Et ceci me fait faire un lien avec la jeunesse que je voudrais continuer à soutenir, par tous les moyens possibles et à qui je continue à vouloir raconter mon histoire parce qu’elle a commencé dans une époque (loin en-dessous de mes échasses), plus favorable où les choses étaient plus faciles, moins liées aux chiffres, à l’efficacité, aux résultats, et que cette chance que j’ai eue je sais que je dois la garder vivace pour que malgré tout, cela serve -même si on ne sait pas comment-. C’est comme cela que j’essaie de travailler à Océan Nord, j’essaie de rendre ce qui m’a été donné, j’essaie de faire pour d’autres ce qu’on a fait pour moi (même si c’est avec moins de moyens) j’essaie de prolonger un flux, j’essaie que ce qui a été vivant le reste et continue à produire du vivant, d’une génération à une autre…tout en laissant ABSOLUMENT aux autres la possibilité d’être différents.

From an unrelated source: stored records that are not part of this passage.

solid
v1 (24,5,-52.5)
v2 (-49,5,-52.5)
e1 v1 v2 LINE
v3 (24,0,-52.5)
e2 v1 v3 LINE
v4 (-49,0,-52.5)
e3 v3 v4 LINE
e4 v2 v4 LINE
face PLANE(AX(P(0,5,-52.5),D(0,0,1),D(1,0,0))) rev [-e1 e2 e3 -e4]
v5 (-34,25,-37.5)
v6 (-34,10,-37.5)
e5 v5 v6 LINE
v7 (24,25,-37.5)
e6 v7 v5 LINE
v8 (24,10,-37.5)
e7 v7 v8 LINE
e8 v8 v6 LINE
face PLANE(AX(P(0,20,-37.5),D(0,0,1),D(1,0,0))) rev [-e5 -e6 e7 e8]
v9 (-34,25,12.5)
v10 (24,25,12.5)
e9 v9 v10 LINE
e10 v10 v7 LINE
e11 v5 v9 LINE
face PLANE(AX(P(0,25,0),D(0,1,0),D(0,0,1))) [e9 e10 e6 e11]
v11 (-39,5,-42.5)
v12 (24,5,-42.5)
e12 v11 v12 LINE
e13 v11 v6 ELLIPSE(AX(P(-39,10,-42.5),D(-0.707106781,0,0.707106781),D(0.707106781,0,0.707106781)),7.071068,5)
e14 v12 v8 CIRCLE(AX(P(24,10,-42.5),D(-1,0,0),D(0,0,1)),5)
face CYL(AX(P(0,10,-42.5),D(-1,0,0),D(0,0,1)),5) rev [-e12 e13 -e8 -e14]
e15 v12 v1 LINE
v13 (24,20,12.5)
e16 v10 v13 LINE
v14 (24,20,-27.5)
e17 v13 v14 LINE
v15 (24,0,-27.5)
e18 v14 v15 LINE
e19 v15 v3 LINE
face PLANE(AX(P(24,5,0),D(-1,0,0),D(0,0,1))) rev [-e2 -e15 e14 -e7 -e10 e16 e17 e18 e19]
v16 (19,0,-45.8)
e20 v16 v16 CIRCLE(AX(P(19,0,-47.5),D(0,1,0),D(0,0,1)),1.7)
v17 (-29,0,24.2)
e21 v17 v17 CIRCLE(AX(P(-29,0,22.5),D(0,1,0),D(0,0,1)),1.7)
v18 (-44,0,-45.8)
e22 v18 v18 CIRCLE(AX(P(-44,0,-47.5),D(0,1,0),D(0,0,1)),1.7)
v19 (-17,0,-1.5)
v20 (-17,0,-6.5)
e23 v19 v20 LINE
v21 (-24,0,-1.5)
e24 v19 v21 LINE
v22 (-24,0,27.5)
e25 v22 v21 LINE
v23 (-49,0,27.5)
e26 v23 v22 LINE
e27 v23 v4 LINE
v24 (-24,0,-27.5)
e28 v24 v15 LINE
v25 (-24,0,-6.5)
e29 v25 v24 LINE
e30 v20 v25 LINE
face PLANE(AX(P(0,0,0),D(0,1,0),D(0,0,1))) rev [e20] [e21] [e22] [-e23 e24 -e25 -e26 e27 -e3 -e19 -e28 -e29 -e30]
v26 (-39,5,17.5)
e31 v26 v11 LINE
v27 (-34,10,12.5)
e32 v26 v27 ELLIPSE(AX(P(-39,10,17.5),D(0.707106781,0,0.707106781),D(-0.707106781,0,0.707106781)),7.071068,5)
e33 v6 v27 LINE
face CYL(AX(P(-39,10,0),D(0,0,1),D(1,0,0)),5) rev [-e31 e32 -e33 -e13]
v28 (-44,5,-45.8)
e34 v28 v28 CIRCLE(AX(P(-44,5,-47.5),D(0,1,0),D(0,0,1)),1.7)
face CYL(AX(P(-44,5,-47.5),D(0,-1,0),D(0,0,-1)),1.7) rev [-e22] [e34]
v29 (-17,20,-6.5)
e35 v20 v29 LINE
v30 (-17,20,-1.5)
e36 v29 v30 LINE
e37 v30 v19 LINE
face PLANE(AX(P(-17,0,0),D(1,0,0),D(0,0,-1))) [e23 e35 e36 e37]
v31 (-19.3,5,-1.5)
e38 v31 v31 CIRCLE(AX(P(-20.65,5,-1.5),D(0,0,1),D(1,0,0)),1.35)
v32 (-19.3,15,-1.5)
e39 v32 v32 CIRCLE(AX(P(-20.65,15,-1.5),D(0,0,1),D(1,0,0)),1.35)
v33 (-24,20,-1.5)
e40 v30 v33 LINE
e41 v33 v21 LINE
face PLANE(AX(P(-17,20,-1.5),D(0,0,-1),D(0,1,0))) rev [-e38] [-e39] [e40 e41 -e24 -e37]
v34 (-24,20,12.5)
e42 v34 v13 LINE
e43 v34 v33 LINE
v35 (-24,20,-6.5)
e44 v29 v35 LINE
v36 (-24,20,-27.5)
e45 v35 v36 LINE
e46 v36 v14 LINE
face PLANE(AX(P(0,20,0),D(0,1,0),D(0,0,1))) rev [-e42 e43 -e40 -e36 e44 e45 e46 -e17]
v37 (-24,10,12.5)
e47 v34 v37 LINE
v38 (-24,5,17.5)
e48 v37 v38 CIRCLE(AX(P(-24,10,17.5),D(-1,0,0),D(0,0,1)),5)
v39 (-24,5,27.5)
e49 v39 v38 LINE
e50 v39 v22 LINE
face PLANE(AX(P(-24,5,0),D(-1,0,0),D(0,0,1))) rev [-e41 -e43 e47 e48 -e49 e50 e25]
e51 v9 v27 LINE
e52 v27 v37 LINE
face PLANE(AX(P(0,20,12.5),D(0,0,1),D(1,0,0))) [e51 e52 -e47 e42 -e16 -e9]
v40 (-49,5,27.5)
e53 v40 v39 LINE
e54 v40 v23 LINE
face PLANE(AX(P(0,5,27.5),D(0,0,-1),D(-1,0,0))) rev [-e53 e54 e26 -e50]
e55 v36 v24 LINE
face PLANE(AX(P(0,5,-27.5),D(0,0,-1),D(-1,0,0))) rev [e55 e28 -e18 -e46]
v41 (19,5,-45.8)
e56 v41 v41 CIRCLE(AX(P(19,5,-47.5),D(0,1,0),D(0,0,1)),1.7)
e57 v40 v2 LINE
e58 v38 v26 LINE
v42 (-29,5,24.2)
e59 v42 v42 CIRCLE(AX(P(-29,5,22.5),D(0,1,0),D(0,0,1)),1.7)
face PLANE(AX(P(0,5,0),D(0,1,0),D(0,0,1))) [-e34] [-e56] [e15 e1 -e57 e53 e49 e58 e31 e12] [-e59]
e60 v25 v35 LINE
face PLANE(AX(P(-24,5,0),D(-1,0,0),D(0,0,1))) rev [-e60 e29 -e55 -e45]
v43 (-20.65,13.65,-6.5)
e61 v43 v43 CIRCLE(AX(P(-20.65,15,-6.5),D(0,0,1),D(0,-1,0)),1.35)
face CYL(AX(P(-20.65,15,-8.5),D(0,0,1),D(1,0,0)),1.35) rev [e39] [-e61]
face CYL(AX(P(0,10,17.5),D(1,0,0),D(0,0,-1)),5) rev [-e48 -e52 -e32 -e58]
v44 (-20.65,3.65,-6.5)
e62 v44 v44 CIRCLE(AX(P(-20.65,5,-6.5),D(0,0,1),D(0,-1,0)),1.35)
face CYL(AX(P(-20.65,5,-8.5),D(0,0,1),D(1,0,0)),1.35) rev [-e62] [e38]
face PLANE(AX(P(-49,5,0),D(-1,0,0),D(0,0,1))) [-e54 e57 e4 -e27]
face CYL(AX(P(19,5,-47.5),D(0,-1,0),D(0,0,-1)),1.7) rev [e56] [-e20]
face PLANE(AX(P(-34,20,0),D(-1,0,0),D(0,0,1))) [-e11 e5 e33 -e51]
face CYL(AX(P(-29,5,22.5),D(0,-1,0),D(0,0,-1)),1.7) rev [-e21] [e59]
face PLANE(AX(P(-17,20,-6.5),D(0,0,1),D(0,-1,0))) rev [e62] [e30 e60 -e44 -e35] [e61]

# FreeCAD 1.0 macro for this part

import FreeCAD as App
import Part
import Sketcher
from FreeCAD import Vector
Q = App.Units.Quantity


def edges_at(feature, points):
    """Names of the edges that pass closest to the given points."""
    edges = feature.Shape.Edges
    near = lambda p: min(range(len(edges)), key=lambda i: edges[i].distToShape(Part.Vertex(*p))[0])
    return sorted({f"Edge{near(p) + 1}" for p in points})


def add_polygon(sketch, points):
    """Adds a closed chain of lines whose ends are joined by coincident constraints."""
    first, n = sketch.GeometryCount, len(points)
    for a, b in zip(points, points[1:] + points[:1]):
        sketch.addGeometry(Part.LineSegment(App.Vector(*a, 0), App.Vector(*b, 0)), False)
    for i in range(n):
        sketch.addConstraint(Sketcher.Constraint("Coincident", first + i, 2, first + (i + 1) % n, 1))

doc = App.newDocument("Part")
params = doc.addObject("Spreadsheet::Sheet", "Params")
for row, (alias, value) in enumerate([
    ("sketch1_diameter", "3.4 mm"),
    ("sketch1_width", "25 mm"),
    ("sketch1_width2", "48 mm"),
    ("sketch1_height", "55 mm"),
    ("pad1_length", "5 mm"),
    ("sketch2_width", "58 mm"),
    ("sketch2_width2", "10 mm"),
    ("sketch2_height", "50 mm"),
    ("pad2_length", "15 mm"),
    ("sketch3_width", "58 mm"),
    ("sketch3_height", "50 mm"),
    ("pad3_length", "5 mm"),
    ("sketch4_width", "20 mm"),
    ("sketch4_height", "5 mm"),
    ("pad4_length", "7 mm"),
    ("sketch5_diameter", "2.7 mm"),
    ("pocket1_length", "7 mm"),
    ("fillet_radius", "5 mm"),
], start=1):
    params.set(f"A{row}", alias)
    params.set(f"B{row}", "=" + value)
    params.setAlias(f"B{row}", alias)

body = doc.addObject("PartDesign::Body", "Body")

sketch1 = doc.addObject("Sketcher::SketchObject", "Sketch")
body.addObject(sketch1)
sketch1.AttachmentSupport = (doc.XZ_Plane, [""])
sketch1.MapMode = "FlatFace"
add_polygon(sketch1, [(-49, 27.5), (-24, 27.5), (-24, -27.5), (24, -27.5), (24, -52.5), (-49, -52.5)])
sketch1.addGeometry(Part.Circle(Vector(-29, 22.5, 0), Vector(0, 0, 1), 1.7), False)
sketch1.addGeometry(Part.Circle(Vector(-44, -47.5, 0), Vector(0, 0, 1), 1.7), False)
sketch1.addGeometry(Part.Circle(Vector(19, -47.5, 0), Vector(0, 0, 1), 1.7), False)
sketch1.addConstraint(Sketcher.Constraint("Horizontal", 0))
sketch1.addConstraint(Sketcher.Constraint("Vertical", 1))
sketch1.addConstraint(Sketcher.Constraint("Horizontal", 2))
sketch1.addConstraint(Sketcher.Constraint("Vertical", 3))
sketch1.addConstraint(Sketcher.Constraint("Horizontal", 4))
sketch1.addConstraint(Sketcher.Constraint("Vertical", 5))
sketch1.addConstraint(Sketcher.Constraint("Equal", 6, 7))
sketch1.addConstraint(Sketcher.Constraint("Equal", 7, 8))
sketch1.addConstraint(Sketcher.Constraint("Symmetric", 0, 2, 2, 2, -1, 1))
sketch1.addConstraint(Sketcher.Constraint("Horizontal", 7, 3, 8, 3))
sketch1.addConstraint(Sketcher.Constraint("Equal", 0, 3))
sketch1.addConstraint(Sketcher.Constraint("Diameter", 6, Q("3.4 mm")))
sketch1.addConstraint(Sketcher.Constraint("DistanceX", 0, 1, 0, 2, Q("25 mm")))
sketch1.addConstraint(Sketcher.Constraint("DistanceX", 2, 1, 2, 2, Q("48 mm")))
sketch1.addConstraint(Sketcher.Constraint("DistanceY", 1, 2, 1, 1, Q("55 mm")))
sketch1.addConstraint(Sketcher.Constraint("DistanceX", 6, 3, -1, 1, Q("29 mm")))
sketch1.addConstraint(Sketcher.Constraint("DistanceX", 7, 3, -1, 1, Q("44 mm")))
sketch1.addConstraint(Sketcher.Constraint("DistanceX", -1, 1, 8, 3, Q("19 mm")))
sketch1.addConstraint(Sketcher.Constraint("DistanceY", 7, 3, 6, 3, Q("70 mm")))
sketch1.addConstraint(Sketcher.Constraint("DistanceY", 6, 3, 0, 2, Q("5 mm")))
sketch1.setExpression("Constraints[17]", "Params.sketch1_diameter")
sketch1.setExpression("Constraints[18]", "Params.sketch1_width")
sketch1.setExpression("Constraints[19]", "Params.sketch1_width2")
sketch1.setExpression("Constraints[20]", "Params.sketch1_height")
pad1 = doc.addObject("PartDesign::Pad", "Pad")
body.addObject(pad1)
pad1.Profile = sketch1
pad1.setExpression("Length", "Params.pad1_length")
pad1.Reversed = True

sketch2 = doc.addObject("Sketcher::SketchObject", "Sketch001")
body.addObject(sketch2)
sketch2.AttachmentSupport = (doc.XZ_Plane, [""])
sketch2.MapMode = "FlatFace"
sketch2.AttachmentOffset = App.Placement(Vector(0, 0, -5), App.Rotation())
add_polygon(sketch2, [(24, -28), (24, -38), (-34, -38), (-34, 12), (-24, 12), (-24, -28)])
sketch2.addConstraint(Sketcher.Constraint("Vertical", 0))
sketch2.addConstraint(Sketcher.Constraint("Horizontal", 1))
sketch2.addConstraint(Sketcher.Constraint("Vertical", 2))
sketch2.addConstraint(Sketcher.Constraint("Horizontal", 3))
sketch2.addConstraint(Sketcher.Constraint("Vertical", 4))
sketch2.addConstraint(Sketcher.Constraint("Horizontal", 5))
sketch2.addConstraint(Sketcher.Constraint("Equal", 3, 0))
sketch2.addConstraint(Sketcher.Constraint("DistanceX", 1, 2, 1, 1, Q("58 mm")))
sketch2.addConstraint(Sketcher.Constraint("DistanceX", 3, 1, 3, 2, Q("10 mm")))
sketch2.addConstraint(Sketcher.Constraint("DistanceY", 2, 1, 2, 2, Q("50 mm")))
sketch2.addConstraint(Sketcher.Constraint("DistanceX", -1, 1, 0, 2, Q("24 mm")))
sketch2.addConstraint(Sketcher.Constraint("DistanceY", 0, 2, -1, 1, Q("37.5 mm")))
sketch2.setExpression("Constraints[13]", "Params.sketch2_width")
sketch2.setExpression("Constraints[14]", "Params.sketch2_width2")
sketch2.setExpression("Constraints[15]", "Params.sketch2_height")
pad2 = doc.addObject("PartDesign::Pad", "Pad001")
body.addObject(pad2)
pad2.Profile = sketch2
pad2.setExpression("Length", "Params.pad2_length")
pad2.Reversed = True

sketch3 = doc.addObject("Sketcher::SketchObject", "Sketch002")
body.addObject(sketch3)
sketch3.AttachmentSupport = (doc.XZ_Plane, [""])
sketch3.MapMode = "FlatFace"
sketch3.AttachmentOffset = App.Placement(Vector(0, 0, -20), App.Rotation())
add_polygon(sketch3, [(-34, -38), (-34, 12), (24, 12), (24, -38)])
sketch3.addConstraint(Sketcher.Constraint("Vertical", 0))
sketch3.addConstraint(Sketcher.Constraint("Horizontal", 1))
sketch3.addConstraint(Sketcher.Constraint("Vertical", 2))
sketch3.addConstraint(Sketcher.Constraint("Horizontal", 3))
sketch3.addConstraint(Sketcher.Constraint("DistanceX", 1, 1, 1, 2, Q("58 mm")))
sketch3.addConstraint(Sketcher.Constraint("DistanceY", 0, 1, 0, 2, Q("50 mm")))
sketch3.addConstraint(Sketcher.Constraint("DistanceX", 0, 2, -1, 1, Q("34 mm")))
sketch3.addConstraint(Sketcher.Constraint("DistanceY", -1, 1, 0, 2, Q("12.5 mm")))
sketch3.setExpression("Constraints[8]", "Params.sketch3_width")
sketch3.setExpression("Constraints[9]", "Params.sketch3_height")
pad3 = doc.addObject("PartDesign::Pad", "Pad002")
body.addObject(pad3)
pad3.Profile = sketch3
pad3.setExpression("Length", "Params.pad3_length")
pad3.Reversed = True
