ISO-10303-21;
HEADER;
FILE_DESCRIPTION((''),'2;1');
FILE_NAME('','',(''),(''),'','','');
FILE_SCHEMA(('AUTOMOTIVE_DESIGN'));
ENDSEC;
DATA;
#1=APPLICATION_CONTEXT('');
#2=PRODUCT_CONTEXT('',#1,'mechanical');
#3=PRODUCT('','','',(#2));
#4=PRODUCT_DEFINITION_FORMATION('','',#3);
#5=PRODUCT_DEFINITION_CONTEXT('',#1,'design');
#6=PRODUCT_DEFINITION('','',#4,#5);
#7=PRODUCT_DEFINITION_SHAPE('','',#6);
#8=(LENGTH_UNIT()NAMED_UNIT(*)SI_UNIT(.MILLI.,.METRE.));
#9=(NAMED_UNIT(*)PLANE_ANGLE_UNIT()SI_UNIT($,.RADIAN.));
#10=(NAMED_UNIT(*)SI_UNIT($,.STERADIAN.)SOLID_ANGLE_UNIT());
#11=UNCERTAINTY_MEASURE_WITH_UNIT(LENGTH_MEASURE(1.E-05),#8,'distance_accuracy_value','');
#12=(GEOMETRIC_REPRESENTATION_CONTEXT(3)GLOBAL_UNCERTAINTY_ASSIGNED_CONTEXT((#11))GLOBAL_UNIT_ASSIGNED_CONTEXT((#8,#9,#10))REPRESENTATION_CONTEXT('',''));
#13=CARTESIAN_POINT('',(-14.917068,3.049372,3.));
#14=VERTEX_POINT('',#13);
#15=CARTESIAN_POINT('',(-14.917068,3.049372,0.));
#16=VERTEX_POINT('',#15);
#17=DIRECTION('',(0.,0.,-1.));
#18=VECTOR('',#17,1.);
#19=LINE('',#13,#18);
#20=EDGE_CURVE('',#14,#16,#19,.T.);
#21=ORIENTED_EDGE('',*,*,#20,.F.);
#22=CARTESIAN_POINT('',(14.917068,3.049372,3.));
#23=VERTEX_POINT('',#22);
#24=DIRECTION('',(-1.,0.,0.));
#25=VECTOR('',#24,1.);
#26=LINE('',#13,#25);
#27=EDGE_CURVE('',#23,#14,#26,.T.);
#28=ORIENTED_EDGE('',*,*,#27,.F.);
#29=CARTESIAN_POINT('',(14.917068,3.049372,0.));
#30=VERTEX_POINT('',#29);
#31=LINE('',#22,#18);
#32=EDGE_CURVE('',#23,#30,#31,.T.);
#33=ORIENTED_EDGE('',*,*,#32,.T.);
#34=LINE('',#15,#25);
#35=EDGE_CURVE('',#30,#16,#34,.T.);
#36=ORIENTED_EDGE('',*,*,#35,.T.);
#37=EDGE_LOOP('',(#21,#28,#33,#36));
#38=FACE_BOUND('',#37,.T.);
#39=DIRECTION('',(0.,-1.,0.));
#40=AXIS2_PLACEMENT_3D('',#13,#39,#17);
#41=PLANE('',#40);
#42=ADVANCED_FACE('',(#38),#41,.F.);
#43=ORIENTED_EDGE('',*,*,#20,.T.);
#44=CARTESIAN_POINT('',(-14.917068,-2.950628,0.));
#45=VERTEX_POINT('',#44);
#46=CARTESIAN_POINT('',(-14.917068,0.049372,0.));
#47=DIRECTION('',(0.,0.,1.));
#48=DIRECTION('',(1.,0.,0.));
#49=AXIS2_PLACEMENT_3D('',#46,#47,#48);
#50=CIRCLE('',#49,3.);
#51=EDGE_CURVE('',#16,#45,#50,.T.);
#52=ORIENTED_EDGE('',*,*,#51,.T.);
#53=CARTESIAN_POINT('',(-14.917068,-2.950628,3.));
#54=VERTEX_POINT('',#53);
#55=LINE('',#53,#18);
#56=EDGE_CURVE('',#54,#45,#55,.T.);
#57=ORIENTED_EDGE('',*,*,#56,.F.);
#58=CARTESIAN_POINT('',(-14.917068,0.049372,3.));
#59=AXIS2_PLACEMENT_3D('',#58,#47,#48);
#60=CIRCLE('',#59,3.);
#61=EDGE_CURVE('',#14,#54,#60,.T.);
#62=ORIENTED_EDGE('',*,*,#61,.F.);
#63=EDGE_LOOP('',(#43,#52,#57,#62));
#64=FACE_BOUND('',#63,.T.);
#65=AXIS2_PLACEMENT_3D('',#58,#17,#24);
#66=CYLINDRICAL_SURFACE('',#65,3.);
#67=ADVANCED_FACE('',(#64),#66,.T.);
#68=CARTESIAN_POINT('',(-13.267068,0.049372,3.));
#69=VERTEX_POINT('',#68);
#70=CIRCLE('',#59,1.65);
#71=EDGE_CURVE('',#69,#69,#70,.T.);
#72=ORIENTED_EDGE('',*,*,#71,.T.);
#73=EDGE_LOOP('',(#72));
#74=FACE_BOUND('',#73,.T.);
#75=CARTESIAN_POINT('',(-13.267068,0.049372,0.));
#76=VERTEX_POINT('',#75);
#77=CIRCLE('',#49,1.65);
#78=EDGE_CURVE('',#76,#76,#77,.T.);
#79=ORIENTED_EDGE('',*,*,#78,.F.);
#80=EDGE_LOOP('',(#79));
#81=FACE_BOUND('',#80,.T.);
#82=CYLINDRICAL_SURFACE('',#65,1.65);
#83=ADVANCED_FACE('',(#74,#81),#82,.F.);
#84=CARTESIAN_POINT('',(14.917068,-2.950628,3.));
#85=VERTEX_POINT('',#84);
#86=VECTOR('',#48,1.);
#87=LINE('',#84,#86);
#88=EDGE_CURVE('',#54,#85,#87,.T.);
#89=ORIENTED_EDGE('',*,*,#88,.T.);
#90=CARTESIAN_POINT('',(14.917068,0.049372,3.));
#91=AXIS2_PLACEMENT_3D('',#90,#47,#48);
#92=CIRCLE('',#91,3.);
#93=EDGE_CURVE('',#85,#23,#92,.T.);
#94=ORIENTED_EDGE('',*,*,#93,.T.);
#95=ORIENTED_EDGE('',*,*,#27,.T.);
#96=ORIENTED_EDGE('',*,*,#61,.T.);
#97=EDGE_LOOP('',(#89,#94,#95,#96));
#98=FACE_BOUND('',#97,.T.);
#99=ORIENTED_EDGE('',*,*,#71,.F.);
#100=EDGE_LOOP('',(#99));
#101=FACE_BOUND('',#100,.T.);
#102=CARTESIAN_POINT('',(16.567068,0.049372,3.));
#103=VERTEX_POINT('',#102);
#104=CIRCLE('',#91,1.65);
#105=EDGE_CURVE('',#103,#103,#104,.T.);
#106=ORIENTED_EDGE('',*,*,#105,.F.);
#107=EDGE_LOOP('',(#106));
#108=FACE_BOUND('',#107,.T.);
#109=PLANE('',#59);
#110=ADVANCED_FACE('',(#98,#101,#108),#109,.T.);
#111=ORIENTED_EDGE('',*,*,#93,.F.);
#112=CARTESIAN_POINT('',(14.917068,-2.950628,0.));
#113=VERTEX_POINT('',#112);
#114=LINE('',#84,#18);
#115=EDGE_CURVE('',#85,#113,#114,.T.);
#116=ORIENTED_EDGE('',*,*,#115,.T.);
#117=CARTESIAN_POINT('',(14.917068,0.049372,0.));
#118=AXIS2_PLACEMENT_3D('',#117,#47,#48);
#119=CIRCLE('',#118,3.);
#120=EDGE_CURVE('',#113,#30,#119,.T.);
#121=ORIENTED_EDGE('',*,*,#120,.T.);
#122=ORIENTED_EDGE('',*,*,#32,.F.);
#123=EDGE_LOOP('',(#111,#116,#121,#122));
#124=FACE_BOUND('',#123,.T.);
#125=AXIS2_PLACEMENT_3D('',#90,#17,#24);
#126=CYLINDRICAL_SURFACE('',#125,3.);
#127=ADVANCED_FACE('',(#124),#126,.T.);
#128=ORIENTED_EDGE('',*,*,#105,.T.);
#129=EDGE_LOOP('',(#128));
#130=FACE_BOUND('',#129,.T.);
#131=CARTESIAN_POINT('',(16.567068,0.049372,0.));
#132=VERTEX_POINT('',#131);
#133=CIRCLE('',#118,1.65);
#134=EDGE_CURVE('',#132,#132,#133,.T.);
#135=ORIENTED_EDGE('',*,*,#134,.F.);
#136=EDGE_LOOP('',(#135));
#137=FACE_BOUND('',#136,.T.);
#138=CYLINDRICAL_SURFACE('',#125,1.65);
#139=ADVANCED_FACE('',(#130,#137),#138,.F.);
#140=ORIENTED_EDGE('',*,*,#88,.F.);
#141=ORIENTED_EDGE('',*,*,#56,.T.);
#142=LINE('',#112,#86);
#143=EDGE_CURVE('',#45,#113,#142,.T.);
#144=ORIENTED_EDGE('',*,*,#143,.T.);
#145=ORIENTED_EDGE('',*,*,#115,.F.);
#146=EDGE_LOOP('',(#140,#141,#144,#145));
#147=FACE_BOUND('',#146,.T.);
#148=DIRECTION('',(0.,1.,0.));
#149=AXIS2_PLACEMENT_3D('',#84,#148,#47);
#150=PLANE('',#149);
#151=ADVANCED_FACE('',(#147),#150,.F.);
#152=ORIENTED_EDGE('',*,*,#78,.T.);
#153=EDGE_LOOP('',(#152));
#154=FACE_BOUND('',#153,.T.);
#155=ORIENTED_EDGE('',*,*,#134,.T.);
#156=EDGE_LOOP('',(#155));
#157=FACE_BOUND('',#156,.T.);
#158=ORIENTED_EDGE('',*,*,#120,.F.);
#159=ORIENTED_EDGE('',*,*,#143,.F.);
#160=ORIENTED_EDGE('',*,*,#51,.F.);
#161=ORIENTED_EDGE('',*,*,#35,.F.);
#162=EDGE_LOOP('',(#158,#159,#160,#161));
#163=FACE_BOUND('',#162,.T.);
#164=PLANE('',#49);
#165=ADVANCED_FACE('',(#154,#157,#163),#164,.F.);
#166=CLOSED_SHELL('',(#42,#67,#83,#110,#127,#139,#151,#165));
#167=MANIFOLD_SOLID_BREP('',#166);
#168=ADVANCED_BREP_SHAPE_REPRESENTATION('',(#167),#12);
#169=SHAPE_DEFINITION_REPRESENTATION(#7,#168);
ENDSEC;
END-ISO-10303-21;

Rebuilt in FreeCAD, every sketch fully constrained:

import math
import FreeCAD as App
import Part
import Sketcher

doc = App.newDocument("Part")
body = doc.addObject("PartDesign::Body", "Body")

sketch1 = body.newObject("Sketcher::SketchObject", "Sketch")
sketch1.AttachmentSupport = (doc.getObject("XY_Plane"), [""])
sketch1.MapMode = "FlatFace"
sketch1.addGeometry(Part.LineSegment(App.Vector(14.9, 3, 0), App.Vector(-14.9, 3, 0)), False)
sketch1.addGeometry(Part.ArcOfCircle(Part.Circle(App.Vector(-14.9, 0, 0), App.Vector(0, 0, 1), 3), math.radians(90), math.radians(270)), False)
sketch1.addGeometry(Part.LineSegment(App.Vector(-14.9, -3, 0), App.Vector(14.9, -3, 0)), False)
sketch1.addGeometry(Part.ArcOfCircle(Part.Circle(App.Vector(14.9, 0, 0), App.Vector(0, 0, 1), 3), math.radians(-90), math.radians(90)), False)
sketch1.addGeometry(Part.Circle(App.Vector(14.9, 0, 0), App.Vector(0, 0, 1), 1.6), False)
sketch1.addGeometry(Part.Circle(App.Vector(-14.9, 0, 0), App.Vector(0, 0, 1), 1.6), False)
sketch1.addConstraint(Sketcher.Constraint("Tangent", 0, 2, 1, 1))
sketch1.addConstraint(Sketcher.Constraint("Tangent", 1, 2, 2, 1))
sketch1.addConstraint(Sketcher.Constraint("Tangent", 2, 2, 3, 1))
sketch1.addConstraint(Sketcher.Constraint("Tangent", 3, 2, 0, 1))
sketch1.addConstraint(Sketcher.Constraint("Horizontal", 0))
sketch1.addConstraint(Sketcher.Constraint("Horizontal", 2))
sketch1.addConstraint(Sketcher.Constraint("Coincident", 4, 3, 3, 3))
sketch1.addConstraint(Sketcher.Constraint("Coincident", 5, 3, 1, 3))
sketch1.addConstraint(Sketcher.Constraint("Equal", 4, 5))
sketch1.addConstraint(Sketcher.Constraint("Radius", 1, 3.0))
sketch1.addConstraint(Sketcher.Constraint("Diameter", 4, 3.3))
sketch1.addConstraint(Sketcher.Constraint("DistanceX", 0, 2, 0, 1, 29.834137))
sketch1.addConstraint(Sketcher.Constraint("DistanceX", 1, 3, -1, 1, 14.917068))
sketch1.addConstraint(Sketcher.Constraint("DistanceY", -1, 1, 1, 3, 0.049372))
pad1 = body.newObject("PartDesign::Pad", "Pad")
pad1.Profile = sketch1
pad1.Length = 3

doc.recompute()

Et pour finir je voudrais remercier les journalistes des Prix Maeterlinck de la critique de la reconnaissance qu’ils offrent aujourd’hui au festival Mouvements d’identité. C’est la première fois que j’ai osé concevoir un événement de ce type-là, le rassemblement de plusieurs artistes proches de moi autour d’un centre, d’une idée, artistes ayant chacune un pied en Europe et l’autre en Afrique. Cette première fois ressemble à ce que j’ai dit tout à l’heure, l’endroit de la naissance. C’était donc la première fois mais j’espère que ce ne sera pas la dernière.